Wednesday, February 1, 2012

Gluten-Free Ham Glaze

I am a pork lover. I love any iteration of pork, but especially bacon and ham. I refuse to accept that ham can only be eaten around Christmas, so I asked my husband to pick up a good 10 lbs-er when at the grocery store. He picked up a gluten-free brand, but neither of us thought about the glaze that would go on the ham. After a little research, I found out that most glaze packets are made with wheat. Boo-urns. The best part of a ham is the crackly glaze, and my mother's pineapple topping just didn't do that crackly thing.

So I started experimenting. Ham went into the oven at 275, tightly covered with tin foil, at about 15 mins per pound. And here's the glaze that I used:

1 cup brown sugar, packed
2 tbsp yellow or Dijon mustard
2 tbsp apple cider vinegar

I took the ham out and uncovered it about half an hour before it was ready. I whisked it all together and spooned it over the ham, then popped it back in at 300 without the tin foil.

The result?
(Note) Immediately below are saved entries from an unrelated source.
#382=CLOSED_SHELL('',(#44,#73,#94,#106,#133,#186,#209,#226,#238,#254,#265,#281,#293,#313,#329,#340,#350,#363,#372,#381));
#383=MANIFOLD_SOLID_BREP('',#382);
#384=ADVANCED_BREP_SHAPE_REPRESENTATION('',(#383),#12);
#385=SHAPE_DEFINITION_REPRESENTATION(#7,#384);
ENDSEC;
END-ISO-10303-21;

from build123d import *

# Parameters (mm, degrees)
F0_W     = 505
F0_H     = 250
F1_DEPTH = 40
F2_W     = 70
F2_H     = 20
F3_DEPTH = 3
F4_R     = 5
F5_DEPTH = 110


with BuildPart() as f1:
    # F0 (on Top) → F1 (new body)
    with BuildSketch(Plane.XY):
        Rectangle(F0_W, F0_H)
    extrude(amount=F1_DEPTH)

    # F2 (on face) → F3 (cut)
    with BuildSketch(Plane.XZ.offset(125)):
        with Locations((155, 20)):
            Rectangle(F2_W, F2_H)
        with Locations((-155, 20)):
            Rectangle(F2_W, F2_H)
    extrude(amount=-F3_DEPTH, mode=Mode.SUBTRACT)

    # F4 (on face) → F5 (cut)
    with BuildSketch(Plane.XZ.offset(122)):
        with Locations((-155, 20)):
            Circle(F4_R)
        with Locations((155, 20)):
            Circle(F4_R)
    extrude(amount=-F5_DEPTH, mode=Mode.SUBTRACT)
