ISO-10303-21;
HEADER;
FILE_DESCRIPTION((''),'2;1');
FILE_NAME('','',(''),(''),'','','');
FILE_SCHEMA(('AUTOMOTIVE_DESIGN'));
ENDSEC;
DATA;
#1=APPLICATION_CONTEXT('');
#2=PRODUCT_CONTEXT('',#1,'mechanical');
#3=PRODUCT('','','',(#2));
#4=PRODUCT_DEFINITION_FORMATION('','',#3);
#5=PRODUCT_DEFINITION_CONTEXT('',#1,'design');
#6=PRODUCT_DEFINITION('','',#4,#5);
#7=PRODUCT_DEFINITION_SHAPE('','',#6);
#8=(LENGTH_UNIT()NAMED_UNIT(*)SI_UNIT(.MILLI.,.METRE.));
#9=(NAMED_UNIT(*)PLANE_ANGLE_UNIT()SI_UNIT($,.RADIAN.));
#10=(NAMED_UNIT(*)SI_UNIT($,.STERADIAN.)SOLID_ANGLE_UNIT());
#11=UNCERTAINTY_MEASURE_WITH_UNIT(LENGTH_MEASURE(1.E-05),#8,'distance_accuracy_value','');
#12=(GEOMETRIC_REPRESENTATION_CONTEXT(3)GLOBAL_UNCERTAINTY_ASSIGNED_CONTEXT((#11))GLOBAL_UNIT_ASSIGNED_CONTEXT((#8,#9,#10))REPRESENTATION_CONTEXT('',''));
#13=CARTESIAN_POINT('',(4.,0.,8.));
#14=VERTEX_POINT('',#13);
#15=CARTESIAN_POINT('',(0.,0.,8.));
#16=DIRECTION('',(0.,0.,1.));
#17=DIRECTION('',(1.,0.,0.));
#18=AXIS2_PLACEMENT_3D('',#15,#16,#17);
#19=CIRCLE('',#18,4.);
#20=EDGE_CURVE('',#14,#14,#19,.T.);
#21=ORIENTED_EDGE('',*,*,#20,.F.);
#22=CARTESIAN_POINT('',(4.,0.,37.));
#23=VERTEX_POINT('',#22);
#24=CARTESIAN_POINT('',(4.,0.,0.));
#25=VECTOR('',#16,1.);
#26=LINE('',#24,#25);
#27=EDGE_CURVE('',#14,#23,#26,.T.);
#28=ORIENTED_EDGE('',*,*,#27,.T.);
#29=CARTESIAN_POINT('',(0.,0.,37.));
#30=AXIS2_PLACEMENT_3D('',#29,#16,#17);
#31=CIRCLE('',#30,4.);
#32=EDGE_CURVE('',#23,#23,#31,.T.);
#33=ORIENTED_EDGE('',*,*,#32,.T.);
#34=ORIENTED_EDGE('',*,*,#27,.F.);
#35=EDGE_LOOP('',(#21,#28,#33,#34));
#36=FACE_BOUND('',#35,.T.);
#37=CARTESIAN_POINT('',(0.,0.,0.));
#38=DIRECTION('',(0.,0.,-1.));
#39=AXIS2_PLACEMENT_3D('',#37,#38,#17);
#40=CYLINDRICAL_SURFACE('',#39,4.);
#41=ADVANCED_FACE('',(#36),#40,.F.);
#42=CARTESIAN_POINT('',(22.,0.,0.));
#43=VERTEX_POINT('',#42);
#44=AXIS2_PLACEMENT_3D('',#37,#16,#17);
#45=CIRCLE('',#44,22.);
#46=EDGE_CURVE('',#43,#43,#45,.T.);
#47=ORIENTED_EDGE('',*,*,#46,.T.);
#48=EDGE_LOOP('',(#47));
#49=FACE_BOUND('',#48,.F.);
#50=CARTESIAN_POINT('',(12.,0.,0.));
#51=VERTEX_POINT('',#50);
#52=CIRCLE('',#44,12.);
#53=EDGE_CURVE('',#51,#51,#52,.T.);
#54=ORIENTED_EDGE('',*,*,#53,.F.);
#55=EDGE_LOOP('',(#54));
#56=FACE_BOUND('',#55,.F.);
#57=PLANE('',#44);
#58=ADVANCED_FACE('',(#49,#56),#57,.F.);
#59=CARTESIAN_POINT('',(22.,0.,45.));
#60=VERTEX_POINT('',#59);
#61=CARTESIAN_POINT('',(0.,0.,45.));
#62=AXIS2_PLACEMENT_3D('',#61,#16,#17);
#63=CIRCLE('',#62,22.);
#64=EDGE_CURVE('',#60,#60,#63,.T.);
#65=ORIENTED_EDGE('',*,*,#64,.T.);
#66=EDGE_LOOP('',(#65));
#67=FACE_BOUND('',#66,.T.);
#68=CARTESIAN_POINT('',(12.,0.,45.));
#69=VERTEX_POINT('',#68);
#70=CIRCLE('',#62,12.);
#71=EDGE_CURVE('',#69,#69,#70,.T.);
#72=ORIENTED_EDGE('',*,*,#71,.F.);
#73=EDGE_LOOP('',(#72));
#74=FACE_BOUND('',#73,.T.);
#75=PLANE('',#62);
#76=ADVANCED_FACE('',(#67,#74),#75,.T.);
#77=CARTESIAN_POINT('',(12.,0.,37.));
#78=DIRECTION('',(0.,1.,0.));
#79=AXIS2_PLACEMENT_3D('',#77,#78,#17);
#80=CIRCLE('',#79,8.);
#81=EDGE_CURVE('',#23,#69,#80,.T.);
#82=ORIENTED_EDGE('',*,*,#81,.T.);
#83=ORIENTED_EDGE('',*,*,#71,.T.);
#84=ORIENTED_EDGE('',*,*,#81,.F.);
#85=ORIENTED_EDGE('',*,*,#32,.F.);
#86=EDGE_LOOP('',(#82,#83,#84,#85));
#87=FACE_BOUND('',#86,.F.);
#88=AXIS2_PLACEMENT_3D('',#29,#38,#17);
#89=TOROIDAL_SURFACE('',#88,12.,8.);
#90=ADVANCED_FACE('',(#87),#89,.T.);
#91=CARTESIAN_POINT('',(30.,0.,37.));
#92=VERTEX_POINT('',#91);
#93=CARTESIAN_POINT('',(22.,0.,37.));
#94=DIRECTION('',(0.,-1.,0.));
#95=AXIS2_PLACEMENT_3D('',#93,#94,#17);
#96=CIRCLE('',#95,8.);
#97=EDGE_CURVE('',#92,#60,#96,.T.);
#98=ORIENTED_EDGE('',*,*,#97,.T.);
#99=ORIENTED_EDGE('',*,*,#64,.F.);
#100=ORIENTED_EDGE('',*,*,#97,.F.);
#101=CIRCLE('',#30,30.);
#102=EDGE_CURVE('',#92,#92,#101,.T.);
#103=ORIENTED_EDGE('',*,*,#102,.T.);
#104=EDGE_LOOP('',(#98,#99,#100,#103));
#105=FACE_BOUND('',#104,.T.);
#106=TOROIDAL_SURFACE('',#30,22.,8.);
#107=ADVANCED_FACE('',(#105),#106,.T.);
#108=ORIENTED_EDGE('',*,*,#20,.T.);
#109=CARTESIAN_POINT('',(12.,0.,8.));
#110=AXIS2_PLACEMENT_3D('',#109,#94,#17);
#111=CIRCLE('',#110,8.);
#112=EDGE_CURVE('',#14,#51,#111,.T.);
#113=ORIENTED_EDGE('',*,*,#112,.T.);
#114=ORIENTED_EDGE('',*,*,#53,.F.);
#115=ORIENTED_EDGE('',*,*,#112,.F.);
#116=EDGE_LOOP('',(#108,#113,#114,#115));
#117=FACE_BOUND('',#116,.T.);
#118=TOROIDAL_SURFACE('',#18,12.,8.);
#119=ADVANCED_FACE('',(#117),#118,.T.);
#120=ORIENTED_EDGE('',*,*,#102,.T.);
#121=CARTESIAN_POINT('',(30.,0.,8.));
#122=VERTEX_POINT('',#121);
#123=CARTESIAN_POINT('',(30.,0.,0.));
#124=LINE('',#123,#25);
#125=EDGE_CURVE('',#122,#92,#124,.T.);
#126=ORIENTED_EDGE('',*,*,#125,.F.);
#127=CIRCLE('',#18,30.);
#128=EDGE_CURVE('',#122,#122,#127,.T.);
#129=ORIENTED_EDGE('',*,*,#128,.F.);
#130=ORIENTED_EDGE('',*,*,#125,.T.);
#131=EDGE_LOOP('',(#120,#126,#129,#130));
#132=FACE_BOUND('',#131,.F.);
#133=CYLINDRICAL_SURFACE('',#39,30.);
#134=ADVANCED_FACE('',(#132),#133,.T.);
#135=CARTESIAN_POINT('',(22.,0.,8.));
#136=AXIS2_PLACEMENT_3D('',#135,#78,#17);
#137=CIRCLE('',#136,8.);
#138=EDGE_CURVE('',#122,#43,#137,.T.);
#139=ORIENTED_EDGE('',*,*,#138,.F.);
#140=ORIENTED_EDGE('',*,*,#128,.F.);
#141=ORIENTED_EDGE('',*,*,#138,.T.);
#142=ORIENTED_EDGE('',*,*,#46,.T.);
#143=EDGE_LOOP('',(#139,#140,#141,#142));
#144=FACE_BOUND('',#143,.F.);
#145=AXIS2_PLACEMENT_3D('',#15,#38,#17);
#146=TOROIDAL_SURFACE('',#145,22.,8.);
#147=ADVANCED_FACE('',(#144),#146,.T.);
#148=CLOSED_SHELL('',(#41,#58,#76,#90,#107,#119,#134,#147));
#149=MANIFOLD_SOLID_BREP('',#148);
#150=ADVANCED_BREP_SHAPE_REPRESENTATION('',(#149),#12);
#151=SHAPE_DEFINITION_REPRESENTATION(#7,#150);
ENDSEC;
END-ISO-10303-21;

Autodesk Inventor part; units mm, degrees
ref_plane "YZ Plane" through (0, 0, 0) normal (1, 0, 0) x (0, 1, 0)
ref_plane "XZ Plane" through (0, 0, 0) normal (0, 1, 0) x (-1, 0, 0)
ref_plane "XY Plane" through (0, 0, 0) normal (0, 0, 1) x (1, 0, 0)
sketch "Sketch1" plane through (0, 0, 0) normal (0, 0, 1) x (1, 0, 0)
  circle A0 centre (0, 0) radius 30
  circle A1 centre (0, 0) radius 4
  dimension "d0" = 60
  dimension "d1" = 8
extrude "Extrusion1" add sketch "Sketch1" along normal blind 45
fillet "Fillet1" radius 8 4 edges at (-30, 0, 45) (-30, 0, 0) (-4, 0, 45) (-4, 0, 0)
properties part number "kólko od deskorolki"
A wonderfully crackly and perfectly savory-sweet glaze to go with the ham. I plan to use this versatile glaze the next time I broil up some salmon or some pork chops, too.

Obviously, we didn't just eat ham. We had some brown rice, and I fine chopped some fresh Brussels sprouts to pair with the sweet and salty ham. I cooked them down in EVOO and salt, with some grated garlic, then deglazed the pan with some apple cider vinegar. It paired really nicely with the ham glaze!